At first I thought it was silly for Sonja to be torn up about Lu and Tom, but then I thought about it from my own shoes. I would have hated it if a guy I was hooking up with on occasion suddenly got engaged to a good friend of mine. That is shady as hell.

 

I really don't get this.  First let me say that I don't think Sonja and Tom were "friends" w benefits.  I think over the years they ended up alone at 'last call' and took it from there --my sense is maybe a dozen or so times. (and she did say when he wasn't in a relationship--so he wasn't cheating--a plus for Tom)   I don't think they were "friends" in the sense that they talked outside of that, hung out, etc.   They hooked up occasionally. period.  

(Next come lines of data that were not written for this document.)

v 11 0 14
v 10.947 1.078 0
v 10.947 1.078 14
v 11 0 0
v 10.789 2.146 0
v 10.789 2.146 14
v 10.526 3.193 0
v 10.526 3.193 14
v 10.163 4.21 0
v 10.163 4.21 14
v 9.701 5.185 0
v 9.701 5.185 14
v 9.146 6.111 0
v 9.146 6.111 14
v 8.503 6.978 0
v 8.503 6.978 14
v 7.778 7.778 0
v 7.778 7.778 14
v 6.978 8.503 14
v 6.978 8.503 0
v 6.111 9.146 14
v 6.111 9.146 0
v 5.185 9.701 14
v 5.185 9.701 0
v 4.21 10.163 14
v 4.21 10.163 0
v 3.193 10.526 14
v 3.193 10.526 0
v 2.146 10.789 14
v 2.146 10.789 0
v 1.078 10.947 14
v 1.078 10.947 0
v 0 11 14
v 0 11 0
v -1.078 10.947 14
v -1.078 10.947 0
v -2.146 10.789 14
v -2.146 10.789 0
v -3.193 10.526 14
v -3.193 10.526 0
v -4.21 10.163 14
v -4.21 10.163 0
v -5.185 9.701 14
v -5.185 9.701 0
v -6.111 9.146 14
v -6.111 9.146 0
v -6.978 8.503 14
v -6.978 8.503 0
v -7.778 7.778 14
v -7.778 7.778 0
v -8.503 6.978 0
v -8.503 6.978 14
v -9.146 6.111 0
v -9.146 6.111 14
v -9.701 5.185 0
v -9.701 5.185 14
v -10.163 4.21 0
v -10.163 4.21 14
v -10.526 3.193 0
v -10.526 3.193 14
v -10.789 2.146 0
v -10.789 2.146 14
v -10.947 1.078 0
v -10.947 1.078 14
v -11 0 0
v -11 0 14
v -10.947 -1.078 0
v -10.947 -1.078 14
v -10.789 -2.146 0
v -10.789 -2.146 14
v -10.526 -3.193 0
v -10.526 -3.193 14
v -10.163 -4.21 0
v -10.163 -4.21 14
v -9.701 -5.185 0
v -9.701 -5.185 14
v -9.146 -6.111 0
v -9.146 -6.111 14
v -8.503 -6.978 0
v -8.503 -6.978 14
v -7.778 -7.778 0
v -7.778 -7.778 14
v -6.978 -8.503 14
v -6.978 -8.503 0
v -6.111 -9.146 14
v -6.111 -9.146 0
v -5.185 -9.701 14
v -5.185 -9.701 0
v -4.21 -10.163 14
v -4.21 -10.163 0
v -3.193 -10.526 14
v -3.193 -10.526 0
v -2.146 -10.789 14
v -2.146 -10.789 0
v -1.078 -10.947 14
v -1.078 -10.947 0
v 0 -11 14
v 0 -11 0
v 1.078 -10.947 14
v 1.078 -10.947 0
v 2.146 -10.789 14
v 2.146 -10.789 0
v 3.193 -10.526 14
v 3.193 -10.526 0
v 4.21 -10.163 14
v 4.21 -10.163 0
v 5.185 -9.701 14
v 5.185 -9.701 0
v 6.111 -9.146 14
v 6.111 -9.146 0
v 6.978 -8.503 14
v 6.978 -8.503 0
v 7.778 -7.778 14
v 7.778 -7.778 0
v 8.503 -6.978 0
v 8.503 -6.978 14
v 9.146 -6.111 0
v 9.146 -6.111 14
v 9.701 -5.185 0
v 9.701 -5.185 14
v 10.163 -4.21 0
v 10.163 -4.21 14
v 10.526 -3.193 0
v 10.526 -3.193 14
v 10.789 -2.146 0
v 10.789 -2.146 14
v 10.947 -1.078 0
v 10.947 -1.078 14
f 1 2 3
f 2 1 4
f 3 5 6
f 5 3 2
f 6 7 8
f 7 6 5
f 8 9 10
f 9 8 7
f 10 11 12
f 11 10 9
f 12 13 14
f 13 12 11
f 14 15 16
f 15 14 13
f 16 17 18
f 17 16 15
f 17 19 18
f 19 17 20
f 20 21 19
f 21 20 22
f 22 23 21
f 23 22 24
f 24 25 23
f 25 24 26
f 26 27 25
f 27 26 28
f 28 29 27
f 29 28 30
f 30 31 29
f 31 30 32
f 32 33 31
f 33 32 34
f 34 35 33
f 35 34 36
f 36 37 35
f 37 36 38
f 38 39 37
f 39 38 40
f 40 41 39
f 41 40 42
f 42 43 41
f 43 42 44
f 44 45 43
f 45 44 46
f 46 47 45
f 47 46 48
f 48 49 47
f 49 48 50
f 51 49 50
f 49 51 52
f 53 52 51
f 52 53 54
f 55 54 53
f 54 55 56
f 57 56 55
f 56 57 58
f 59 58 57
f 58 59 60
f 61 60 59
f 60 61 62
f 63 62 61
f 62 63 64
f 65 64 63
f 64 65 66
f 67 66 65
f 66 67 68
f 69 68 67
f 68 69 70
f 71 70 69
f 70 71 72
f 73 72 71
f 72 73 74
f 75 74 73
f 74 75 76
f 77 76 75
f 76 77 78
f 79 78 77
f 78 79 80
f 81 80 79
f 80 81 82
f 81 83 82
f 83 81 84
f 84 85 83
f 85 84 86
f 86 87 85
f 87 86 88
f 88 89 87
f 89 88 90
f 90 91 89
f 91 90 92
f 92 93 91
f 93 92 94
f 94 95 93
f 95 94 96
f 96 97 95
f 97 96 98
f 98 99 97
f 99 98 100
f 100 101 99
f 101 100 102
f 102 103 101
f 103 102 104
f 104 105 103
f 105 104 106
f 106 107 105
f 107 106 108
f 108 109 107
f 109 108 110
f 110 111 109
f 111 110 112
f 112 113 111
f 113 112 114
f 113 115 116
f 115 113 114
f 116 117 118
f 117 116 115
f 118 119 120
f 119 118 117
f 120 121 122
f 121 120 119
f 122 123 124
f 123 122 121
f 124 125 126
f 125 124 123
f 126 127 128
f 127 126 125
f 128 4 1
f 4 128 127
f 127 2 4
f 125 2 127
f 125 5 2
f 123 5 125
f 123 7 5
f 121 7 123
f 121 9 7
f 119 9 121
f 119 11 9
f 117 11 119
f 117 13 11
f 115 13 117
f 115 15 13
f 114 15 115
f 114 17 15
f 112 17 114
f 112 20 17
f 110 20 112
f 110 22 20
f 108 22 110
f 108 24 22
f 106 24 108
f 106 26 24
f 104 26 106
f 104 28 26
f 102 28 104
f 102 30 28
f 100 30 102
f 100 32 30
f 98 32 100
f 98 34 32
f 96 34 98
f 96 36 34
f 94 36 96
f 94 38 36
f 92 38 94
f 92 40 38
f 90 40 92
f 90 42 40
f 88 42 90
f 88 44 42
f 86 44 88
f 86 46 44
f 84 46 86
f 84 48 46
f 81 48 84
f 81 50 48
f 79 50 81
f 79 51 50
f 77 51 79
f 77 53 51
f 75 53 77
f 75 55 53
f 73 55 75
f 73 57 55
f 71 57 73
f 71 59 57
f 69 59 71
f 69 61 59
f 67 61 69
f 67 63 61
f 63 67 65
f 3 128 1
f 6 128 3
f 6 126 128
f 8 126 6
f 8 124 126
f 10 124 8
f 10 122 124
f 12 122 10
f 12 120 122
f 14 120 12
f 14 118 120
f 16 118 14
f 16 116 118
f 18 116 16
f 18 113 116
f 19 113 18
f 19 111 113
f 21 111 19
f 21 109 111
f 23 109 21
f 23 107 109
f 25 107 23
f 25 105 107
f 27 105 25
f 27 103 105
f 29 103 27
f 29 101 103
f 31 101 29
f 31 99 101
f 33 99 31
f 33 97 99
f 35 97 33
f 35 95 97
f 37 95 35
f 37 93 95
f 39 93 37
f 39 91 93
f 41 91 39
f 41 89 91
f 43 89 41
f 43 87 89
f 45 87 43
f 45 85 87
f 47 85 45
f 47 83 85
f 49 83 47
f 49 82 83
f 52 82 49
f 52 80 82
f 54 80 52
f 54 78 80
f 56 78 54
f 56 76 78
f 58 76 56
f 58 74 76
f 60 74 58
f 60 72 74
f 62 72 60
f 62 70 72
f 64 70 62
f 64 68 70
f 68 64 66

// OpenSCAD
// Mic arm 3/8"-16 to camera 1/4"-20 adapter (parser fixture)

/* [Fit - radial clearance per side, mm] */
ext_clear = 0.20;
int_clear = 0.25;

/* [Body] */
// Outer diameter of the knurled body
body_d = 22; // [14:0.5:40]
body_h = 14; // [8:30]
knurl = true;
knurl_count = 24; // [8:2:48]

/* [3/8"-16 socket (bottom, female)] */
socket_depth = 10; // [5:0.5:20]
socket_chamfer = 0.8;

/* [1/4"-20 stud (top, male)] */
stud_len = 8; // [4:0.5:15]
stud_tip = "chamfer"; // [chamfer:Chamfered, flat:Flat, round:Rounded]

/* [Quality] */
$fn = 64; // [16:8:128]
thread_steps = 32; // [16, 32, 48, 64]

/* [Hidden] */
INCH = 25.4;
socket_major = 0.375 * INCH;

module adapter() {
  inside_module = 1;
  cylinder(d = body_d, h = body_h);
}

adapter();
after_module = 5;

So I'm not sure what any woman would expect from that 'relationship'.  It sounds super-casual, totally non-committal and two consenting adults out looking for love but settling for sex at the end of the night.   Did Sonja really think that she had a chance with this guy for anything else??  If she thinks these incidental hook-ups have chance to a possible real relationship then she's got some growing up to do.  Don't play like it's just sex and then get hurt when the guy finds a girlfriend and it's not her, even if it is a friend of hers.     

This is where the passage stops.